Task item | The lines from the start of the data through the line with "line L2 (2.54, -8.89) -> (4.54, -8.89)" are to be returned verbatim; all later lines are to be omitted.

━━ Material for this exercise ━━

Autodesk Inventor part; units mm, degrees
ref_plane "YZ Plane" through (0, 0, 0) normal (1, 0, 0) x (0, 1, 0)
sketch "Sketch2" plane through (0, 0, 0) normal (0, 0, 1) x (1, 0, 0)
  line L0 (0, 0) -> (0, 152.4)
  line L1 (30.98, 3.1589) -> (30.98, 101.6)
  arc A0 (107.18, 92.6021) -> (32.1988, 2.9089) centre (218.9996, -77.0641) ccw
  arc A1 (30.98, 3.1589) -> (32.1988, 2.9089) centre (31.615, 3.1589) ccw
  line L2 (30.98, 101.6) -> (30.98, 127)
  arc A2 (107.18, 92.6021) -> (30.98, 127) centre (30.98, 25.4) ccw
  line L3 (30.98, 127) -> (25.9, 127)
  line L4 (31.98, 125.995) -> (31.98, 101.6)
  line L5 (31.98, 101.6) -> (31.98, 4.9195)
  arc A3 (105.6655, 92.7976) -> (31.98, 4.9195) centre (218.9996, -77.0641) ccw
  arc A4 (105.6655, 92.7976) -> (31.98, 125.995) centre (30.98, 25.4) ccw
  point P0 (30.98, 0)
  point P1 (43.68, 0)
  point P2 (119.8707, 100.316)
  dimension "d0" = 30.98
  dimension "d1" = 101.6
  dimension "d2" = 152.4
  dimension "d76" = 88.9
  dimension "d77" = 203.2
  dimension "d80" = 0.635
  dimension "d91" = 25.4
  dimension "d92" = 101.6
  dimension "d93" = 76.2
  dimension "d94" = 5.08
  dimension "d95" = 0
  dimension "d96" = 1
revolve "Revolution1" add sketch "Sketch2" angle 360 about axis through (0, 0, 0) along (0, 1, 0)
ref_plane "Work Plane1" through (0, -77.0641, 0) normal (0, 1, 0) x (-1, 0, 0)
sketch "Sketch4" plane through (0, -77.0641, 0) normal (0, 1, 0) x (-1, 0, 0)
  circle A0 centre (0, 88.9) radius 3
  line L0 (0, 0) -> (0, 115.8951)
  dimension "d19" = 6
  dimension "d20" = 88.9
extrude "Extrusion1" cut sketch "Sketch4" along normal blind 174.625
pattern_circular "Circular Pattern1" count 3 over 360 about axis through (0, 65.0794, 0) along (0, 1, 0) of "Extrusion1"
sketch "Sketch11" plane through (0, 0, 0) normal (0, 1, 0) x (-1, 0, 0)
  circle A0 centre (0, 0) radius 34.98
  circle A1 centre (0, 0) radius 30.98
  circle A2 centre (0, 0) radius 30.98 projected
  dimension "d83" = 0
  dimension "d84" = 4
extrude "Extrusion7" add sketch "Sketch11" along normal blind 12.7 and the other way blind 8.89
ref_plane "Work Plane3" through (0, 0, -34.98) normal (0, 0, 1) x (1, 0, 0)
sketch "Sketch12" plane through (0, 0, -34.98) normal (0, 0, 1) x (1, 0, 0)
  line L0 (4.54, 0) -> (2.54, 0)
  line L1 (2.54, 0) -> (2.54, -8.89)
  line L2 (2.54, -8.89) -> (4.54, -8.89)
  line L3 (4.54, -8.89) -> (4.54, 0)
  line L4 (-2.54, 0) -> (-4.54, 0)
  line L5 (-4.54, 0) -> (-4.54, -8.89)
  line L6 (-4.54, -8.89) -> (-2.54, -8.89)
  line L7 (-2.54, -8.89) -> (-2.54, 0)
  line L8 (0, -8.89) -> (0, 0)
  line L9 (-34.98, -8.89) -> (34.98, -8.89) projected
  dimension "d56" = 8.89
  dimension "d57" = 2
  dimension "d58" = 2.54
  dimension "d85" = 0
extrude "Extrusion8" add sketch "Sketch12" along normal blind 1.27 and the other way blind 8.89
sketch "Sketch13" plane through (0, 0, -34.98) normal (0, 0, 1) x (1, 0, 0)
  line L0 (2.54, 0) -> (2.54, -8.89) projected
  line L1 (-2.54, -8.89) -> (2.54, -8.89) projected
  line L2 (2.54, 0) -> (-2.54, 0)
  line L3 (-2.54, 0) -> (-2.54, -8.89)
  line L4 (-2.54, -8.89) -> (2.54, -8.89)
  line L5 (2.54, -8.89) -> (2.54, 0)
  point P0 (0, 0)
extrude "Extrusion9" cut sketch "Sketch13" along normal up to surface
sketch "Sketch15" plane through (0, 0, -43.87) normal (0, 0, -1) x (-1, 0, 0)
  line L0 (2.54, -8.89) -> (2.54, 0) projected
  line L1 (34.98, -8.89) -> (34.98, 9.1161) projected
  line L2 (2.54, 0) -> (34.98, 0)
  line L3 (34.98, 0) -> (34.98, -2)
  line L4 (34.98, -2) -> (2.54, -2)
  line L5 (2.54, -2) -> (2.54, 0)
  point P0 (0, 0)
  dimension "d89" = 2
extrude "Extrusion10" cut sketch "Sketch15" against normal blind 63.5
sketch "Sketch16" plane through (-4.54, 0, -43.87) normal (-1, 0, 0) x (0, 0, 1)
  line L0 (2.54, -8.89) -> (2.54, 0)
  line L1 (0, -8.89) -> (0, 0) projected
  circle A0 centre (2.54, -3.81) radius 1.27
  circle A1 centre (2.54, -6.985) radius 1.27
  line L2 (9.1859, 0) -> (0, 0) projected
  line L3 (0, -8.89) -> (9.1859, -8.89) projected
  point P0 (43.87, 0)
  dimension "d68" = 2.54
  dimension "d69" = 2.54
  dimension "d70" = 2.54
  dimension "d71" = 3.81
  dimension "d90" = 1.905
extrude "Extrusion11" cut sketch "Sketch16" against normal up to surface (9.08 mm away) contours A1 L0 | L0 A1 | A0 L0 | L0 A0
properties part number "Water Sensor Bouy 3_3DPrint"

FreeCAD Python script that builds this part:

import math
import FreeCAD as App
import Part
import Sketcher
Q = App.Units.Quantity

doc = App.newDocument("Part")
body = doc.addObject("PartDesign::Body", "Body")

sketch1 = doc.addObject("Sketcher::SketchObject", "Sketch")
body.addObject(sketch1)
sketch1.AttachmentSupport = (doc.XY_Plane, [""])
sketch1.MapMode = "FlatFace"
sketch1.addGeometry([
    Part.LineSegment(App.Vector(30.98, 127, 0), App.Vector(30.98, 3.1589, 0)),
    Part.ArcOfCircle(Part.Circle(App.Vector(31.615, 3.1589, 0), App.Vector(0, 0, 1), 0.635), math.radians(180), math.radians(336.817994)),
    Part.ArcOfCircle(Part.Circle(App.Vector(218.9996, -77.0641, 0), App.Vector(0, 0, 1), 203.200006), math.radians(123.387136), math.radians(156.823306)),
    Part.ArcOfCircle(Part.Circle(App.Vector(30.98, 25.4, 0), App.Vector(0, 0, 1), 101.600011), math.radians(41.409629), math.radians(90)),
    Part.LineSegment(App.Vector(31.98, 4.9195, 0), App.Vector(31.98, 125.995, 0)),
    Part.ArcOfCircle(Part.Circle(App.Vector(30.98, 25.4, 0), App.Vector(0, 0, 1), 100.600002), math.radians(42.063688), math.radians(89.43045)),
    Part.ArcOfCircle(Part.Circle(App.Vector(218.9996, -77.0641, 0), App.Vector(0, 0, 1), 204.19994), math.radians(123.711772), math.radians(156.328843)),
], False)
sketch1.addConstraint([
    Sketcher.Constraint("Tangent", 0, 2, 1, 1),
    Sketcher.Constraint("Tangent", 1, 2, 2, 2),
    Sketcher.Constraint("Coincident", 2, 1, 3, 1),
    Sketcher.Constraint("Coincident", 3, 2, 0, 1),
    Sketcher.Constraint("Coincident", 4, 2, 5, 2),
    Sketcher.Constraint("Coincident", 5, 1, 6, 1),
    Sketcher.Constraint("Coincident", 6, 2, 4, 1),
    Sketcher.Constraint("Vertical", 0),
    Sketcher.Constraint("Vertical", 4),
    Sketcher.Constraint("Coincident", 5, 3, 3, 3),
    Sketcher.Constraint("Coincident", 6, 3, 2, 3),
    Sketcher.Constraint("Vertical", 5, 3, 0, 2),
    Sketcher.Constraint("Radius", 2, Q("8 in")),
    Sketcher.Constraint("Radius", 3, Q("4 in")),
    Sketcher.Constraint("DistanceY", -1, 1, 3, 3, Q("1 in")),
    Sketcher.Constraint("Radius", 1, Q("0.025 in")),
    Sketcher.Constraint("DistanceX", -1, 1, 3, 3, Q("30.98 mm")),
    Sketcher.Constraint("Radius", 5, Q("100.6 mm")),
    Sketcher.Constraint("Radius", 6, Q("204.2 mm")),
    Sketcher.Constraint("DistanceX", 3, 2, 4, 2, Q("1 mm")),
    Sketcher.Constraint("DistanceX", 4, 2, 5, 1, Q("2.901 in")),
    Sketcher.Constraint("DistanceY", 0, 2, 0, 1, Q("123.841 mm")),
])
revolution = doc.addObject("PartDesign::Revolution", "Revolution")
body.addObject(revolution)
revolution.Profile = sketch1
revolution.ReferenceAxis = (sketch1, ["V_Axis"])
revolution.Angle = 360

sketch2 = doc.addObject("Sketcher::SketchObject", "Sketch001")
body.addObject(sketch2)
sketch2.AttachmentSupport = (doc.XZ_Plane, [""])
sketch2.MapMode = "FlatFace"
sketch2.AttachmentOffset = App.Placement(App.Vector(0, 0, 77.0641), App.Rotation())
sketch2.addGeometry(Part.Circle(App.Vector(0, 88.9, 0), App.Vector(0, 0, 1), 3), False)
sketch2.addConstraint([
    Sketcher.Constraint("PointOnObject", 0, 3, -2),
    Sketcher.Constraint("DistanceY", -1, 1, 0, 3, Q("3.5 in")),
    Sketcher.Constraint("Diameter", 0, Q("6 mm")),
])
pocket1 = doc.addObject("PartDesign::Pocket", "Pocket")
body.addObject(pocket1)
pocket1.Profile = sketch2
pocket1.Length = Q("6.875 in")
doc.recompute()

polarpattern = doc.addObject("PartDesign::PolarPattern", "PolarPattern")
body.addObject(polarpattern)
polarpattern.Originals = [pocket1]
polarpattern.Axis = (doc.Y_Axis, [""])
polarpattern.Angle = 360
polarpattern.Occurrences = 3
body.Tip = polarpattern

sketch3 = doc.addObject("Sketcher::SketchObject", "Sketch002")
body.addObject(sketch3)
sketch3.AttachmentSupport = (doc.XZ_Plane, [""])
sketch3.MapMode = "FlatFace"
sketch3.addGeometry([
    Part.Circle(App.Vector(0, 0, 0), App.Vector(0, 0, 1), 34.98),
    Part.Circle(App.Vector(0, 0, 0), App.Vector(0, 0, 1), 30.98),
], False)
sketch3.addConstraint([
    Sketcher.Constraint("Coincident", 0, 3, -1, 1),
    Sketcher.Constraint("Coincident", 1, 3, -1, 1),
    Sketcher.Constraint("Diameter", 0, Q("69.96 mm")),
    Sketcher.Constraint("Diameter", 1, Q("61.96 mm")),
])
pad1 = doc.addObject("PartDesign::Pad", "Pad")
body.addObject(pad1)
pad1.Profile = sketch3
pad1.Type = "TwoLengths"
pad1.Length = Q("0.5 in")
pad1.Length2 = Q("0.35 in")
pad1.Reversed = True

━━━

Solution for this problem |
Autodesk Inventor part; units mm, degrees
ref_plane "YZ Plane" through (0, 0, 0) normal (1, 0, 0) x (0, 1, 0)
sketch "Sketch2" plane through (0, 0, 0) normal (0, 0, 1) x (1, 0, 0)
  line L0 (0, 0) -> (0, 152.4)
  line L1 (30.98, 3.1589) -> (30.98, 101.6)
  arc A0 (107.18, 92.6021) -> (32.1988, 2.9089) centre (218.9996, -77.0641) ccw
  arc A1 (30.98, 3.1589) -> (32.1988, 2.9089) centre (31.615, 3.1589) ccw
  line L2 (30.98, 101.6) -> (30.98, 127)
  arc A2 (107.18, 92.6021) -> (30.98, 127) centre (30.98, 25.4) ccw
  line L3 (30.98, 127) -> (25.9, 127)
  line L4 (31.98, 125.995) -> (31.98, 101.6)
  line L5 (31.98, 101.6) -> (31.98, 4.9195)
  arc A3 (105.6655, 92.7976) -> (31.98, 4.9195) centre (218.9996, -77.0641) ccw
  arc A4 (105.6655, 92.7976) -> (31.98, 125.995) centre (30.98, 25.4) ccw
  point P0 (30.98, 0)
  point P1 (43.68, 0)
  point P2 (119.8707, 100.316)
  dimension "d0" = 30.98
  dimension "d1" = 101.6
  dimension "d2" = 152.4
  dimension "d76" = 88.9
  dimension "d77" = 203.2
  dimension "d80" = 0.635
  dimension "d91" = 25.4
  dimension "d92" = 101.6
  dimension "d93" = 76.2
  dimension "d94" = 5.08
  dimension "d95" = 0
  dimension "d96" = 1
revolve "Revolution1" add sketch "Sketch2" angle 360 about axis through (0, 0, 0) along (0, 1, 0)
ref_plane "Work Plane1" through (0, -77.0641, 0) normal (0, 1, 0) x (-1, 0, 0)
sketch "Sketch4" plane through (0, -77.0641, 0) normal (0, 1, 0) x (-1, 0, 0)
  circle A0 centre (0, 88.9) radius 3
  line L0 (0, 0) -> (0, 115.8951)
  dimension "d19" = 6
  dimension "d20" = 88.9
extrude "Extrusion1" cut sketch "Sketch4" along normal blind 174.625
pattern_circular "Circular Pattern1" count 3 over 360 about axis through (0, 65.0794, 0) along (0, 1, 0) of "Extrusion1"
sketch "Sketch11" plane through (0, 0, 0) normal (0, 1, 0) x (-1, 0, 0)
  circle A0 centre (0, 0) radius 34.98
  circle A1 centre (0, 0) radius 30.98
  circle A2 centre (0, 0) radius 30.98 projected
  dimension "d83" = 0
  dimension "d84" = 4
extrude "Extrusion7" add sketch "Sketch11" along normal blind 12.7 and the other way blind 8.89
ref_plane "Work Plane3" through (0, 0, -34.98) normal (0, 0, 1) x (1, 0, 0)
sketch "Sketch12" plane through (0, 0, -34.98) normal (0, 0, 1) x (1, 0, 0)
  line L0 (4.54, 0) -> (2.54, 0)
  line L1 (2.54, 0) -> (2.54, -8.89)
  line L2 (2.54, -8.89) -> (4.54, -8.89)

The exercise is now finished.